The AUD/USD pair is declining, reaching 0.6539 on Wednesday.

The Australian dollar is heading back to a three-week low following the release of softer-than-expected consumer price index (CPI) data from Australia.

For February 2024, inflation in Australia stood at 3.4%, unchanged from the previous report, in contrast to the anticipated slight increase to 3.5%. This marks the lowest inflation level since November 2021.
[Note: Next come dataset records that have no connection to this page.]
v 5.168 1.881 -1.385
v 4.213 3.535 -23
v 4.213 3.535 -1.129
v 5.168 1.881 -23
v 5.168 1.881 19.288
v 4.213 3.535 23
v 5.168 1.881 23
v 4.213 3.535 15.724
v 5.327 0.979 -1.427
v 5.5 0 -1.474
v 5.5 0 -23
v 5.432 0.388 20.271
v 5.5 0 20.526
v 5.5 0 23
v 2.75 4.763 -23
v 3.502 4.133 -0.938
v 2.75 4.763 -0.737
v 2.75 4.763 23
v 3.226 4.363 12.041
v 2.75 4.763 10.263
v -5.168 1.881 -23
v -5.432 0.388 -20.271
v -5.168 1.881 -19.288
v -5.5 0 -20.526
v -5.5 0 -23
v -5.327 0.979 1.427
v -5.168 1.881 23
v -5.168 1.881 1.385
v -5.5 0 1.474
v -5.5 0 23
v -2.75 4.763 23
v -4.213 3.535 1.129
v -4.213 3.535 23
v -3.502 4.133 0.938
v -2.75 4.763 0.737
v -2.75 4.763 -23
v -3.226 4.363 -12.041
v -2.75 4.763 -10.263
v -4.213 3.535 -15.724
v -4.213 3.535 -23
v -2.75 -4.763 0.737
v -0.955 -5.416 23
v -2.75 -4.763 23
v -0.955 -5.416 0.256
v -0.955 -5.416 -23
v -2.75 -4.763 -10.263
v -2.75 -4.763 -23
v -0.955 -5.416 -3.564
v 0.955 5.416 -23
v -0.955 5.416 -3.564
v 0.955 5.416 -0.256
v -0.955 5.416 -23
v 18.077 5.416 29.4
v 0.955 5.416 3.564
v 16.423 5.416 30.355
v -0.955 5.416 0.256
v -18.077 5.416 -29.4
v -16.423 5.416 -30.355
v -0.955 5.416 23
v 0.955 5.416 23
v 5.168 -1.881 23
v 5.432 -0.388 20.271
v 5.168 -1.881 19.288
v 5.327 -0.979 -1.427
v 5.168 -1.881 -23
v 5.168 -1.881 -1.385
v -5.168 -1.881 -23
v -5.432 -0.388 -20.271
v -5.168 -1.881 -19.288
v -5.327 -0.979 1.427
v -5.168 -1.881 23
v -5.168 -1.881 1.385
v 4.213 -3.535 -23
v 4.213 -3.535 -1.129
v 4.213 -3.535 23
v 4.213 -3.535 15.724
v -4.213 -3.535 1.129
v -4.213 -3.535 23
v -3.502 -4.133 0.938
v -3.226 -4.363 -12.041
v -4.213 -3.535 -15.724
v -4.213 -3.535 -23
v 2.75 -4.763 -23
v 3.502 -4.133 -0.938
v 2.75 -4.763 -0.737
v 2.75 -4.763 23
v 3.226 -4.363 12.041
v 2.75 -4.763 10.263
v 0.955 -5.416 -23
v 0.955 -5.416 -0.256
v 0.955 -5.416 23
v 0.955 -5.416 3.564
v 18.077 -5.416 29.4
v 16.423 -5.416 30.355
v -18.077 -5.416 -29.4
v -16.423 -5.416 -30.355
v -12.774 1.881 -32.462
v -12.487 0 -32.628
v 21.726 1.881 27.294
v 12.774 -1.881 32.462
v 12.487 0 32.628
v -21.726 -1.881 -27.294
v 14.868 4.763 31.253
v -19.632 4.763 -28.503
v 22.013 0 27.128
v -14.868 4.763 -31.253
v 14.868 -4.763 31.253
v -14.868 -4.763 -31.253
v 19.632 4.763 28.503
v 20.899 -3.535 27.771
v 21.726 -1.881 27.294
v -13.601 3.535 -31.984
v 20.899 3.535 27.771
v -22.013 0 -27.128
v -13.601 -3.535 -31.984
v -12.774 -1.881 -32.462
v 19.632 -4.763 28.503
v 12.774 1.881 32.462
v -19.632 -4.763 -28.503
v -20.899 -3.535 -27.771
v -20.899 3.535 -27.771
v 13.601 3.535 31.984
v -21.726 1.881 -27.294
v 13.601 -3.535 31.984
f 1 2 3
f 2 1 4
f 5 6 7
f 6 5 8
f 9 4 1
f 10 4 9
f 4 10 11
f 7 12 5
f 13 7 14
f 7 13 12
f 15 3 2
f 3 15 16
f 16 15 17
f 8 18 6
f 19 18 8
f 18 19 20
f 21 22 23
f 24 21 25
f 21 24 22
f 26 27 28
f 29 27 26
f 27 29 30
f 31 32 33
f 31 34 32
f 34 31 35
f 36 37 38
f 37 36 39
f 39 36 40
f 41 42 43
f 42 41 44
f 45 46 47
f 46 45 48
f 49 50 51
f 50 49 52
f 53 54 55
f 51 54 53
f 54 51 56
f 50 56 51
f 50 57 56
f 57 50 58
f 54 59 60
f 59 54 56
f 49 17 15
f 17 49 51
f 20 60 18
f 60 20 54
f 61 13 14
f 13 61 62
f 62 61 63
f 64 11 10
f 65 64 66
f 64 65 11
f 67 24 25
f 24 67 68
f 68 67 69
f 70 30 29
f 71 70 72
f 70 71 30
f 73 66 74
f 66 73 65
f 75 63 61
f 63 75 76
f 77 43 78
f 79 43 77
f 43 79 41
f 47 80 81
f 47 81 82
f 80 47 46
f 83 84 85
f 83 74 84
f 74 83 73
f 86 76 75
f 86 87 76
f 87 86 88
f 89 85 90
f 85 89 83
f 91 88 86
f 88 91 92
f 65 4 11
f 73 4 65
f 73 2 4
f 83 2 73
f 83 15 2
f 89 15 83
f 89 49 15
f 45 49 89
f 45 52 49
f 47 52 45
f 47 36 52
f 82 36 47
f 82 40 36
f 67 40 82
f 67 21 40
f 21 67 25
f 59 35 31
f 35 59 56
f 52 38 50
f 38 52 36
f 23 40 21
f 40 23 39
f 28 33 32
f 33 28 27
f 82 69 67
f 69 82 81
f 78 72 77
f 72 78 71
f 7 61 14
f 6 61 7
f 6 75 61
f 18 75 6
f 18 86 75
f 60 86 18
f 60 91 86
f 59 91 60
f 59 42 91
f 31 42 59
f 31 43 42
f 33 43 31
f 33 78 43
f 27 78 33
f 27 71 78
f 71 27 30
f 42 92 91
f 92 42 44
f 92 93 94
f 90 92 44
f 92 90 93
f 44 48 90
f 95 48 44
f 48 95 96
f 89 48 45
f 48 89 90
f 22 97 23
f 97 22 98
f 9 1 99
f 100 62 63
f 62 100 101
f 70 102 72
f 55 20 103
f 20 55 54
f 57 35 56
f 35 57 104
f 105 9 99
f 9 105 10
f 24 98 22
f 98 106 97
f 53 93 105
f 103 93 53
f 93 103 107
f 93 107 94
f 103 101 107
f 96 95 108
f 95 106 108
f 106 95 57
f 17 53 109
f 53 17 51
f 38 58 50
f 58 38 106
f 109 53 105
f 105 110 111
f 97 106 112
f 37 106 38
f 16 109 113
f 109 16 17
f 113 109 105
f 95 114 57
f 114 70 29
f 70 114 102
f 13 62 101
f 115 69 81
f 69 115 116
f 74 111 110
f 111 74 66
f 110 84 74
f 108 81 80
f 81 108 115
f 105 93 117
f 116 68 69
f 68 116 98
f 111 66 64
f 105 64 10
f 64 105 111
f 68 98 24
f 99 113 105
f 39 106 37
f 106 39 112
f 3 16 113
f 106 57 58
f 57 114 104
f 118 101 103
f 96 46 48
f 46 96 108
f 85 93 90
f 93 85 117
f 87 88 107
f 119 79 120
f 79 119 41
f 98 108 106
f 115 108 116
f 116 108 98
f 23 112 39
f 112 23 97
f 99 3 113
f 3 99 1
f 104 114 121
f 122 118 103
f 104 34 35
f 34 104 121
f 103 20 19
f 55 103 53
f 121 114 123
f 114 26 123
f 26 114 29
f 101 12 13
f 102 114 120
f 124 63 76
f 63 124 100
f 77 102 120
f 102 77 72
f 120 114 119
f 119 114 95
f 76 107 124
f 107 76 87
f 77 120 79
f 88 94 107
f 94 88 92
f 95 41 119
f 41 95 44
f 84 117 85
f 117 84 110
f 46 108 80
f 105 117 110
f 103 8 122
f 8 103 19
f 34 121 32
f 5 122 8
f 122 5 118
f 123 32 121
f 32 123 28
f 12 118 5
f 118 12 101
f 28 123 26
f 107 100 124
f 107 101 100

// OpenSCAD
// Parametric Cable Port & Clamp
// Inspired by the Prusa cable clips on the MK3, but better.

// cable cross-section, in mm. Use a single number for a round cable.
cable_cross_section = [11, 9];
entry_angle = 30;

champfer = 2;
clip_height = 15;

wall_thickness = 2;
inset = 2;

// to determine the outer diameter of the main cylinder....
// ((clip_height + champfer) * tan(entry_angle)) +
// cable_cross_section[0] * tan(90 - entry_angle)

cylinder(d = max(cable_cross_section), 
             h = 2 * (champfer + inset + wall_thickness + clip_height + champfer),
             center = true);
             
cable(cable_cross_section, entry_angle);

module cable(cable_cross_section, entry_angle) {
    rotate([0, entry_angle, 0])
//        resize([cable_cross_section[0], cable_cross_section[1], 0])
            cylinder(d = max(cable_cross_section),
                         h = 3 * (champfer + inset + wall_thickness + clip_height + champfer),
                         center = true);
}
Last week, the Reserve Bank of Australia (RBA) held its meeting and decided to keep the interest rate unchanged at 4.35% annually. The rate remains at a 12-year peak, unchanged for the third consecutive meeting. The RBA’s stance has slightly shifted; the regulator no longer indicates further rate hikes, confident that inflation will ease pressure. This opens the possibility of rate reductions later in the year.

The US dollar is strengthening today amid growing expectations that the Federal Reserve will maintain interest rates high for an extended period. This contrasts with forecasts of monetary policy easing by other central banks, some of which could occur before the Fed’s actions.

Technical Analysis of AUD/USD

On the H4 chart of AUD/USD, a correction to 0.6558 has been completed. The market is continuing to develop a declining wave to 0.6486. After reaching this level, a consolidation range is expected. With a downward exit from this range, there is a potential for further decline to 0.6417. This target is local. The MACD indicator supports this scenario, with its signal line below zero and strictly directed downwards.

On the H1 chart, AUD/USD is forming a declining wave structure towards 0.6486. After reaching this level, a corrective phase to 0.6533 may occur, followed by a decline to 0.6470, with the potential to continue the trend towards 0.6417. The Stochastic oscillator confirms this scenario, with its signal line above 80 and preparing for a decline to 20.